** Dataset entries follows **
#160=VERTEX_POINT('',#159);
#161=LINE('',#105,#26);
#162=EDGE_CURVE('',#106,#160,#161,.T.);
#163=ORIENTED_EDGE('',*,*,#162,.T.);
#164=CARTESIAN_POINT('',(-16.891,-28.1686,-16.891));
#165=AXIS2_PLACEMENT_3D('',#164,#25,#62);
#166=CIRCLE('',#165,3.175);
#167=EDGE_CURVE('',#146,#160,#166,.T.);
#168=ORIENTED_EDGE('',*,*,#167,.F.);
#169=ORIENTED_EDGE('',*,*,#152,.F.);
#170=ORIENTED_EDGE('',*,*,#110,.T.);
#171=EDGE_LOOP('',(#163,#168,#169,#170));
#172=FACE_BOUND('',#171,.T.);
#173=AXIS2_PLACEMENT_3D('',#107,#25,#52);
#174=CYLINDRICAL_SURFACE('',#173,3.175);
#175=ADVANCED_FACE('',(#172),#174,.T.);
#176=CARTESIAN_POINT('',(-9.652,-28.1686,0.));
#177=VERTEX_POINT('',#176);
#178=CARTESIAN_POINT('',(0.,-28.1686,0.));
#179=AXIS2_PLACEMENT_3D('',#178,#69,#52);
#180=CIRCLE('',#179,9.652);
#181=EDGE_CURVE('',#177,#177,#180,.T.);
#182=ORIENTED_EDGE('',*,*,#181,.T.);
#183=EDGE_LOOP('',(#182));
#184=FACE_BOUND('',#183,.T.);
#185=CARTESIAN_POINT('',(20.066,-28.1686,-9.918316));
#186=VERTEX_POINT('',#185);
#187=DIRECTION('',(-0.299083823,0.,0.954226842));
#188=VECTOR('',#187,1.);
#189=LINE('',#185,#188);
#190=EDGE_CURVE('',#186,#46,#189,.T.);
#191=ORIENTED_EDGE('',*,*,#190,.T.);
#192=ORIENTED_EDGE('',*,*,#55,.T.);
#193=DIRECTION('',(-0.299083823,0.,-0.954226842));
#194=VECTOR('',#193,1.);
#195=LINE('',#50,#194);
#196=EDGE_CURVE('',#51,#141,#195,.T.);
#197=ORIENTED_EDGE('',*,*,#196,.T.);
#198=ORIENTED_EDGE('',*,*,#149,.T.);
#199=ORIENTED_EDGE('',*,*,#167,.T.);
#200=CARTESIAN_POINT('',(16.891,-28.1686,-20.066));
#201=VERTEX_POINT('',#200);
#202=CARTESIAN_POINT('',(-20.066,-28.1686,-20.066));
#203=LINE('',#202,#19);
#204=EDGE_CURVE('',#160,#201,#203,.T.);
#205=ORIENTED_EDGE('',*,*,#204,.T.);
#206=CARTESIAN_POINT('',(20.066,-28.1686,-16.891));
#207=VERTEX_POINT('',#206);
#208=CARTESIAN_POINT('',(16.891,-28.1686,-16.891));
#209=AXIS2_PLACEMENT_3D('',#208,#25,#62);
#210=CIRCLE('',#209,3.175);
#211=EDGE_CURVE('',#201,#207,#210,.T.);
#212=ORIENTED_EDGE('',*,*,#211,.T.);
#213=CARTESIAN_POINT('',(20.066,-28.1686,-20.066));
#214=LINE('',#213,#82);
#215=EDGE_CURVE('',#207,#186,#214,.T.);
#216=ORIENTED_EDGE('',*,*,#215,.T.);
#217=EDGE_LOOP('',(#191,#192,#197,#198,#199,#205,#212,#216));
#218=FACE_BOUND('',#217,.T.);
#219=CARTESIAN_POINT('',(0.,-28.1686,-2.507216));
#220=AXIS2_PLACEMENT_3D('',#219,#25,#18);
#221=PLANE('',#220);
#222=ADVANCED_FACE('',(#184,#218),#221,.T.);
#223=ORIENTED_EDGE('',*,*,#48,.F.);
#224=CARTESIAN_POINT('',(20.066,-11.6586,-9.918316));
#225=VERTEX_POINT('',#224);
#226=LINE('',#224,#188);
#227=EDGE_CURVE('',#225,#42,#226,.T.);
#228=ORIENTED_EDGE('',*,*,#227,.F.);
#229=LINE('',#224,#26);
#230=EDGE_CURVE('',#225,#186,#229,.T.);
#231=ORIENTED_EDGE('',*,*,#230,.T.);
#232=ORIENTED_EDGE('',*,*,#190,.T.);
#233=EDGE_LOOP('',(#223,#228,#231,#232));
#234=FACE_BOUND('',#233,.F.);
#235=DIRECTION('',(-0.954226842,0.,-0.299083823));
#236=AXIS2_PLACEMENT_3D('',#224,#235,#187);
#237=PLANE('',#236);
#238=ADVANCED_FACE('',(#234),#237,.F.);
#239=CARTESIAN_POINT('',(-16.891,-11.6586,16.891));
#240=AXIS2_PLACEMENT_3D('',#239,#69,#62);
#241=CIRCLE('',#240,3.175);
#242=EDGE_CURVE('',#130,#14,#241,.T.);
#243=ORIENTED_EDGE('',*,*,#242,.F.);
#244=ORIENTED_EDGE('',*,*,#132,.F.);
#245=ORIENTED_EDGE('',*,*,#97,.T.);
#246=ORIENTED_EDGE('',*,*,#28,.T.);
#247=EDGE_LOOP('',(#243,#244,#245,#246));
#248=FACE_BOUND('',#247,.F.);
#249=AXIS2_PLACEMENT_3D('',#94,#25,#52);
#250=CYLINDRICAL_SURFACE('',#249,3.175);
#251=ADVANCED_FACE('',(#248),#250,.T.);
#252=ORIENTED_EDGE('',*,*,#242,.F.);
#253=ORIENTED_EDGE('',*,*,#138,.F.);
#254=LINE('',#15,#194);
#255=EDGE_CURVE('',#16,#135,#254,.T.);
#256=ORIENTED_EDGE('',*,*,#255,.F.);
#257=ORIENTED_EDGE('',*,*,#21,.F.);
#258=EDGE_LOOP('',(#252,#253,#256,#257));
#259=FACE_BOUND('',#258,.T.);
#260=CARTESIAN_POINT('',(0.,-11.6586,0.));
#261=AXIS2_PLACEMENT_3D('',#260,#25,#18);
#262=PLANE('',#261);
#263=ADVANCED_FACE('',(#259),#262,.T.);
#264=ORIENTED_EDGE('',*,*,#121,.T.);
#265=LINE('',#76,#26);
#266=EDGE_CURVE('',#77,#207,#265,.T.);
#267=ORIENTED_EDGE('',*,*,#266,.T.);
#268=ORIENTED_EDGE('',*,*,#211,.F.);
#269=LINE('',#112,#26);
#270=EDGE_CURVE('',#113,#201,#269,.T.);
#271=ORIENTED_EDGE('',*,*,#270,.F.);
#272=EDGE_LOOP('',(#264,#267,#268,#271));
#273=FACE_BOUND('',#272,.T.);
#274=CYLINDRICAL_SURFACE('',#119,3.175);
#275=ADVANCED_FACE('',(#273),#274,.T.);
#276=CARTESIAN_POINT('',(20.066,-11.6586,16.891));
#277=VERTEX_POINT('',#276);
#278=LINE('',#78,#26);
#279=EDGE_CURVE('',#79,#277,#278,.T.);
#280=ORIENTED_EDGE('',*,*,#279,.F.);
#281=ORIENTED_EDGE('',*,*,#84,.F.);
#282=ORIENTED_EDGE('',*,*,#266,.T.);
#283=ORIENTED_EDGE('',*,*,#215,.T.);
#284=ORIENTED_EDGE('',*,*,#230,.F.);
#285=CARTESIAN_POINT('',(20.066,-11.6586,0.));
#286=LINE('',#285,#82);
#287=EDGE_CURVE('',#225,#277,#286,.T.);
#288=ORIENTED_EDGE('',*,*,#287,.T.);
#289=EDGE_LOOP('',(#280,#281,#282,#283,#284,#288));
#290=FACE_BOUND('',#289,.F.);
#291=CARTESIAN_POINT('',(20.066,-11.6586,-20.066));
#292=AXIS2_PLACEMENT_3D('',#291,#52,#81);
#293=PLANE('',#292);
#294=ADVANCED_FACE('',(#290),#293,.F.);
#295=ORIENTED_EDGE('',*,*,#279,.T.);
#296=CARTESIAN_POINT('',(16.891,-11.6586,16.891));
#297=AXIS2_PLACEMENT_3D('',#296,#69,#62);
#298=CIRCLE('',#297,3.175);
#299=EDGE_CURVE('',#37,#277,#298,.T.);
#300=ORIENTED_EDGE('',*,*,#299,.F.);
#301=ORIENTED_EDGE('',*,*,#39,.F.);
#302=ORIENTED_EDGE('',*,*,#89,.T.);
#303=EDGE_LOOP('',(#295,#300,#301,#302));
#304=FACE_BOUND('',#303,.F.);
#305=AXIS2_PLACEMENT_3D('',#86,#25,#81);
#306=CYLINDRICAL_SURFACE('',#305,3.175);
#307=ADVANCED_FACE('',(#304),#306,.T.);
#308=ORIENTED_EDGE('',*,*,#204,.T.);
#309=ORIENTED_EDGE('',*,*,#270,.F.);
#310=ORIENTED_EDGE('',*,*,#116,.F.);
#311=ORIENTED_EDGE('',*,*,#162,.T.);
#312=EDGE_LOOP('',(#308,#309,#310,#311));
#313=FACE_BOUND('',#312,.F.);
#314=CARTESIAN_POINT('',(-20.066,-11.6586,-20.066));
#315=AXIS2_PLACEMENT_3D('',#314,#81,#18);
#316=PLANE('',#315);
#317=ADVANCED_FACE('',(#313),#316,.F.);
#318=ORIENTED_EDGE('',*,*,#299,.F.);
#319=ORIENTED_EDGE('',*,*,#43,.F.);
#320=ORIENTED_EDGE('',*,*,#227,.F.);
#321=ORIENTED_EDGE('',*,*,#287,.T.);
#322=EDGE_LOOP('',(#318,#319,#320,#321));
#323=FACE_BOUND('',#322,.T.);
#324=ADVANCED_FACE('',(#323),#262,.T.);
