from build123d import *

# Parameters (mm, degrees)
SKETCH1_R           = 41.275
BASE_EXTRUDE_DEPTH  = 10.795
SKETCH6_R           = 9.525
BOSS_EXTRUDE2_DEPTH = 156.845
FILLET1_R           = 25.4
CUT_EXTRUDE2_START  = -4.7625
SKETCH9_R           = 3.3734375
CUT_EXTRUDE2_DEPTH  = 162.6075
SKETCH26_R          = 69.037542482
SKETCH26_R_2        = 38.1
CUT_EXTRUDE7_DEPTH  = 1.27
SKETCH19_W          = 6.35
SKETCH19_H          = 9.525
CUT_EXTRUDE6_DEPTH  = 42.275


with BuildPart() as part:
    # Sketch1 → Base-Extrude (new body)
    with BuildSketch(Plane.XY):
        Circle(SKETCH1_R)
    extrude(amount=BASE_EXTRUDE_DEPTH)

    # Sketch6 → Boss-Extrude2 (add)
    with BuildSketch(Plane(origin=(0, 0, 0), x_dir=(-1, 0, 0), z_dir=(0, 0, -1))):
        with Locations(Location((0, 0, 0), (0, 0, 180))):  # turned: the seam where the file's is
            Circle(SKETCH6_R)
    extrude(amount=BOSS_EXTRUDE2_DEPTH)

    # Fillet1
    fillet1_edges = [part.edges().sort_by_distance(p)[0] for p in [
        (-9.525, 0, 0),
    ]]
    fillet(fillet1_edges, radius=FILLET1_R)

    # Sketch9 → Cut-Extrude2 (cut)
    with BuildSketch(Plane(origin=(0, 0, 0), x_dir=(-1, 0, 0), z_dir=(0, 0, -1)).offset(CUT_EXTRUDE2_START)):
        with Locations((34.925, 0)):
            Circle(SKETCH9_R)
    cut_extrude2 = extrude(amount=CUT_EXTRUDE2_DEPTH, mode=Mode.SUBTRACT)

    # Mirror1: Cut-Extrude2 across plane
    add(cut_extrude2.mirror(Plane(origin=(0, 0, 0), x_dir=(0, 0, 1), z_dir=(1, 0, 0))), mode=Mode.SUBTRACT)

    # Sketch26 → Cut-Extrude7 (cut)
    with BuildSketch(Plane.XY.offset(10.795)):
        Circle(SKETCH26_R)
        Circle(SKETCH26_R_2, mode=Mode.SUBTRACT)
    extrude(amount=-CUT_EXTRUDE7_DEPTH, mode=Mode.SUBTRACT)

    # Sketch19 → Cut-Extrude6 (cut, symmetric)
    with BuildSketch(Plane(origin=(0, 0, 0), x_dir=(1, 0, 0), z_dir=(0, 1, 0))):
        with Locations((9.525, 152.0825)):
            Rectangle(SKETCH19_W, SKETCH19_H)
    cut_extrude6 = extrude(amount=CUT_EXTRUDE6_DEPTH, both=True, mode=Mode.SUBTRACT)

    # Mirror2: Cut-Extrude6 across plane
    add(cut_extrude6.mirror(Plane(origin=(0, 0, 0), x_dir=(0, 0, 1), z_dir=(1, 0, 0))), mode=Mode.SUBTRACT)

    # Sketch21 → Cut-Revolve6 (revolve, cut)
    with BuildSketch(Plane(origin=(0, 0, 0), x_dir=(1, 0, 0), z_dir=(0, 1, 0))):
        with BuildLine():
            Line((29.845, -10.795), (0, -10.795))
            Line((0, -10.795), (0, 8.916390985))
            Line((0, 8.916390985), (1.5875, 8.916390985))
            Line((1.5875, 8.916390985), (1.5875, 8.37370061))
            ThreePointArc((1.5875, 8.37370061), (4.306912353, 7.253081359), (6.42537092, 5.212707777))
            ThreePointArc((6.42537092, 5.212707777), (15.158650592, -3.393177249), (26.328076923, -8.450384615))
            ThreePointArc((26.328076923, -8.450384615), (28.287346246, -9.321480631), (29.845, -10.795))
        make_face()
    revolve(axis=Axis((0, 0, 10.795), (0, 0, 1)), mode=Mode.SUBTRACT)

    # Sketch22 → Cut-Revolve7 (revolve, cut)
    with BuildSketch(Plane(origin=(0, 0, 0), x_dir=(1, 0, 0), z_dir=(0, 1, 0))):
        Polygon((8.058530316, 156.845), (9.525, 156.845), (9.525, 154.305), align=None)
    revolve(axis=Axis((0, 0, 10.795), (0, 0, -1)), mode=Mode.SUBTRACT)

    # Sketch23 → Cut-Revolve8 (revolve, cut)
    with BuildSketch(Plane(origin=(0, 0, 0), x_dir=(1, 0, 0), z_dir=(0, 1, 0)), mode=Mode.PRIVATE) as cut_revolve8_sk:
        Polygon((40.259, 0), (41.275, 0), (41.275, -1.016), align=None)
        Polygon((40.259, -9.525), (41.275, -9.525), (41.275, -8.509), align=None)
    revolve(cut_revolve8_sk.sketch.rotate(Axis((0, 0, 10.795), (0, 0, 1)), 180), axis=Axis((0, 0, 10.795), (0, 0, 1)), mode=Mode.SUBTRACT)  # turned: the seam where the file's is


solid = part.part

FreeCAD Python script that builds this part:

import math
import FreeCAD as App
import Part
import Sketcher

V = App.Vector
Q = App.Units.Quantity


def edges_at(feature, points):
    """Names of the edges that pass closest to the given points."""
    edges = feature.Shape.Edges
    near = lambda p: min(range(len(edges)), key=lambda i: edges[i].distToShape(Part.Vertex(*p))[0])
    return sorted({f"Edge{near(p) + 1}" for p in points})

doc = App.newDocument("Part")
body = doc.addObject("PartDesign::Body", "Body")

sketch1 = doc.addObject("Sketcher::SketchObject", "Sketch")
body.addObject(sketch1)
sketch1.AttachmentSupport = (doc.XY_Plane, [""])
sketch1.MapMode = "FlatFace"
sketch1.addGeometry(Part.Circle(V(0, 0, 0), V(0, 0, 1), 41), False)
sketch1.addConstraint([
    Sketcher.Constraint("Coincident", 0, 3, -1, 1),
    Sketcher.Constraint("Diameter", 0, Q("3.25 in")),
])
pad1 = doc.addObject("PartDesign::Pad", "Pad")
body.addObject(pad1)
pad1.Profile = sketch1
pad1.Length = Q("0.425 in")

sketch2 = doc.addObject("Sketcher::SketchObject", "Sketch001")
body.addObject(sketch2)
sketch2.AttachmentSupport = (doc.XY_Plane, [""])
sketch2.MapMode = "FlatFace"
sketch2.addGeometry(Part.Circle(V(0, 0, 0), V(0, 0, 1), 10), False)
sketch2.addConstraint([
    Sketcher.Constraint("Coincident", 0, 3, -1, 1),
    Sketcher.Constraint("Diameter", 0, Q("0.75 in")),
])
pad2 = doc.addObject("PartDesign::Pad", "Pad001")
body.addObject(pad2)
pad2.Profile = sketch2
pad2.Length = Q("6.175 in")
pad2.Reversed = True
doc.recompute()

fillet = doc.addObject("PartDesign::Fillet", "Fillet")
body.addObject(fillet)
fillet.Base = (pad2, edges_at(pad2, [(-9.525, 0, 0)]))
fillet.Radius = Q("1 in")

sketch3 = doc.addObject("Sketcher::SketchObject", "Sketch002")
body.addObject(sketch3)
sketch3.AttachmentSupport = (doc.XY_Plane, [""])
sketch3.MapMode = "FlatFace"
sketch3.AttachmentOffset = App.Placement(V(0, 0, 0.1875 * 25.4), App.Rotation())
sketch3.addGeometry(Part.Circle(V(-34.9, 0, 0), V(0, 0, 1), 3.4), False)
sketch3.addConstraint([
    Sketcher.Constraint("PointOnObject", 0, 3, -1),
    Sketcher.Constraint("Diameter", 0, Q("0.265625 in")),
    Sketcher.Constraint("DistanceX", 0, 3, -1, 1, Q("1.375 in")),
])
pocket1 = doc.addObject("PartDesign::Pocket", "Pocket")
body.addObject(pocket1)
pocket1.Profile = sketch3
pocket1.Length = 162.6075
doc.recompute()

mirrored = doc.addObject("PartDesign::Mirrored", "Mirrored")
body.addObject(mirrored)
mirrored.Originals = [pocket1]
mirrored.MirrorPlane = (doc.YZ_Plane, [""])
body.Tip = mirrored

sketch4 = doc.addObject("Sketcher::SketchObject", "Sketch003")
body.addObject(sketch4)
sketch4.AttachmentSupport = (doc.XY_Plane, [""])
sketch4.MapMode = "FlatFace"
sketch4.AttachmentOffset = App.Placement(V(0, 0, 0.425 * 25.4), App.Rotation())
sketch4.addGeometry([
    Part.Circle(V(0, 0, 0), V(0, 0, 1), 69),
    Part.Circle(V(0, 0, 0), V(0, 0, 1), 38),
], False)
sketch4.addConstraint([
    Sketcher.Constraint("Coincident", 0, 3, -1, 1),
    Sketcher.Constraint("Coincident", 1, 3, -1, 1),
    Sketcher.Constraint("Diameter", 1, Q("3 in")),
    Sketcher.Constraint("Diameter", 0, 138.075085),
])
pocket2 = doc.addObject("PartDesign::Pocket", "Pocket001")
body.addObject(pocket2)
pocket2.Profile = sketch4
pocket2.Length = Q("0.05 in")

sketch5 = doc.addObject("Sketcher::SketchObject", "Sketch004")
body.addObject(sketch5)
sketch5.AttachmentSupport = (doc.XZ_Plane, [""])
sketch5.MapMode = "FlatFace"
sketch5.addGeometry([
    Part.LineSegment(V(6, -157, 0), V(6, -147, 0)),
    Part.LineSegment(V(6, -147, 0), V(13, -147, 0)),
    Part.LineSegment(V(13, -147, 0), V(13, -157, 0)),
    Part.LineSegment(V(13, -157, 0), V(6, -157, 0)),
], False)
sketch5.addConstraint([
    Sketcher.Constraint("Coincident", 0, 2, 1, 1),
    Sketcher.Constraint("Coincident", 1, 2, 2, 1),
    Sketcher.Constraint("Coincident", 2, 2, 3, 1),
    Sketcher.Constraint("Coincident", 3, 2, 0, 1),
    Sketcher.Constraint("Vertical", 0),
    Sketcher.Constraint("Horizontal", 1),
    Sketcher.Constraint("Vertical", 2),
    Sketcher.Constraint("Horizontal", 3),
    Sketcher.Constraint("DistanceX", 1, 1, 1, 2, Q("0.25 in")),
    Sketcher.Constraint("DistanceY", 0, 2, -1, 1, Q("5.8 in")),
    Sketcher.Constraint("DistanceX", -1, 1, 1, 2, Q("0.5 in")),
    Sketcher.Constraint("DistanceY", 0, 1, 0, 2, Q("0.375 in")),
])
pocket3 = doc.addObject("PartDesign::Pocket", "Pocket002")
body.addObject(pocket3)
pocket3.Profile = sketch5
pocket3.Length = 84.55
pocket3.Midplane = True
doc.recompute()

mirrored2 = doc.addObject("PartDesign::Mirrored", "Mirrored001")
body.addObject(mirrored2)
mirrored2.Originals = [pocket3]
mirrored2.MirrorPlane = (doc.YZ_Plane, [""])
body.Tip = mirrored2

sketch6 = doc.addObject("Sketcher::SketchObject", "Sketch005")
body.addObject(sketch6)
sketch6.AttachmentSupport = (doc.XZ_Plane, [""])
sketch6.MapMode = "FlatFace"
sketch6.addGeometry([
    Part.LineSegment(V(0, 10.8, 0), V(29.8, 10.8, 0)),
    Part.ArcOfCircle(Part.Circle(V(24.8, 14.6, 0), V(0, 0, 1), 6.4), math.radians(-76), math.radians(-37)),
    Part.ArcOfCircle(Part.Circle(V(34.9, -25.4, 0), V(0, 0, 1), 34.9), math.radians(104), math.radians(145)),
    Part.ArcOfCircle(Part.Circle(V(0, -0.7, 0), V(0, 0, 1), 7.9), math.radians(-78), math.radians(-35)),
    Part.LineSegment(V(1.6, -8.4, 0), V(1.6, -8.9, 0)),
    Part.LineSegment(V(1.6, -8.9, 0), V(0, -8.9, 0)),
    Part.LineSegment(V(0, -8.9, 0), V(0, 10.8, 0)),
], False)
sketch6.addConstraint([
    Sketcher.Constraint("Coincident", 0, 2, 1, 2),
    Sketcher.Constraint("Tangent", 1, 1, 2, 1),
    Sketcher.Constraint("Tangent", 2, 2, 3, 2),
    Sketcher.Constraint("Coincident", 3, 1, 4, 1),
    Sketcher.Constraint("Coincident", 4, 2, 5, 1),
    Sketcher.Constraint("Coincident", 5, 2, 6, 1),
    Sketcher.Constraint("Coincident", 6, 2, 0, 1),
    Sketcher.Constraint("Horizontal", 0),
    Sketcher.Constraint("Vertical", 4),
    Sketcher.Constraint("Horizontal", 5),
    Sketcher.Constraint("Vertical", 6),
    Sketcher.Constraint("PointOnObject", 3, 3, -2),
    Sketcher.Constraint("PointOnObject", 5, 2, -2),
    Sketcher.Constraint("Radius", 1, Q("0.25 in")),
    Sketcher.Constraint("Radius", 3, Q("0.31 in")),
    Sketcher.Constraint("DistanceY", 2, 3, -1, 1, Q("1 in")),
    Sketcher.Constraint("Radius", 2, Q("1.375 in")),
    Sketcher.Constraint("DistanceX", 1, 3, 2, 3, Q("0.4 in")),
    Sketcher.Constraint("DistanceX", 1, 3, 0, 2, Q("0.2 in")),
    Sketcher.Constraint("DistanceX", 0, 1, 0, 2, Q("1.175 in")),
    Sketcher.Constraint("DistanceX", 5, 2, 5, 1, Q("0.0625 in")),
    Sketcher.Constraint("DistanceY", 4, 2, 3, 3, Q("0.325 in")),
])
groove = doc.addObject("PartDesign::Groove", "Groove")
body.addObject(groove)
groove.Profile = sketch6
groove.ReferenceAxis = (sketch6, ["V_Axis"])
groove.Angle = 360

sketch7 = doc.addObject("Sketcher::SketchObject", "Sketch006")
body.addObject(sketch7)
sketch7.AttachmentSupport = (doc.XZ_Plane, [""])
sketch7.MapMode = "FlatFace"
sketch7.addGeometry([
    Part.LineSegment(V(9.5, -156.8, 0), V(8.1, -156.8, 0)),
    Part.LineSegment(V(8.1, -156.8, 0), V(9.5, -154.3, 0)),
    Part.LineSegment(V(9.5, -154.3, 0), V(9.5, -156.8, 0)),
], False)
sketch7.addConstraint([
    Sketcher.Constraint("Coincident", 0, 2, 1, 1),
    Sketcher.Constraint("Coincident", 1, 2, 2, 1),
    Sketcher.Constraint("Coincident", 2, 2, 0, 1),
    Sketcher.Constraint("Horizontal", 0),
    Sketcher.Constraint("Vertical", 2),
    Sketcher.Constraint("DistanceY", 2, 2, 2, 1, Q("0.1 in")),
    Sketcher.Constraint("Angle", 1, Q("60 deg")),
    Sketcher.Constraint("DistanceY", 0, 2, -1, 1, Q("6.175 in")),
    Sketcher.Constraint("DistanceX", -1, 1, 1, 2, Q("0.375 in")),
])
groove2 = doc.addObject("PartDesign::Groove", "Groove001")
body.addObject(groove2)
groove2.Profile = sketch7
groove2.ReferenceAxis = (sketch7, ["V_Axis"])
groove2.Angle = 360

sketch8 = doc.addObject("Sketcher::SketchObject", "Sketch007")
body.addObject(sketch8)
sketch8.AttachmentSupport = (doc.XZ_Plane, [""])
sketch8.MapMode = "FlatFace"
sketch8.addGeometry([
    Part.LineSegment(V(41.3, 0, 0), V(40.3, 0, 0)),
    Part.LineSegment(V(40.3, 0, 0), V(41.3, 1, 0)),
    Part.LineSegment(V(41.3, 1, 0), V(41.3, 0, 0)),
    Part.LineSegment(V(40.3, 9.5, 0), V(41.3, 9.5, 0)),
    Part.LineSegment(V(41.3, 9.5, 0), V(41.3, 8.5, 0)),
    Part.LineSegment(V(41.3, 8.5, 0), V(40.3, 9.5, 0)),
], False)
sketch8.addConstraint([
    Sketcher.Constraint("Coincident", 0, 2, 1, 1),
    Sketcher.Constraint("Coincident", 1, 2, 2, 1),
    Sketcher.Constraint("Coincident", 2, 2, 0, 1),
    Sketcher.Constraint("Coincident", 3, 2, 4, 1),
    Sketcher.Constraint("Coincident", 4, 2, 5, 1),
    Sketcher.Constraint("Coincident", 5, 2, 3, 1),
    Sketcher.Constraint("Horizontal", 0),
    Sketcher.Constraint("Vertical", 2),
    Sketcher.Constraint("Horizontal", 3),
    Sketcher.Constraint("Vertical", 4),
    Sketcher.Constraint("PointOnObject", 0, 2, -1),
    Sketcher.Constraint("Perpendicular", 1, 5),
    Sketcher.Constraint("Vertical", 2, 2, 3, 2),
    Sketcher.Constraint("Vertical", 0, 2, 5, 2),
    Sketcher.Constraint("Equal", 3, 2),
    Sketcher.Constraint("DistanceX", 0, 2, 0, 1, Q("0.04 in")),
    Sketcher.Constraint("DistanceX", -1, 1, 0, 2, Q("1.585 in")),
    Sketcher.Constraint("DistanceY", -1, 1, 3, 2, Q("0.375 in")),
])
groove3 = doc.addObject("PartDesign::Groove", "Groove002")
body.addObject(groove3)
groove3.Profile = sketch8
groove3.ReferenceAxis = (sketch8, ["V_Axis"])
groove3.Angle = 360

doc.recompute()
** End of Dataset entries **
**Aim of the exercise**
Your answer must be a single number: the count of lines above that hold the word "turned".

**Output of the exercise**
2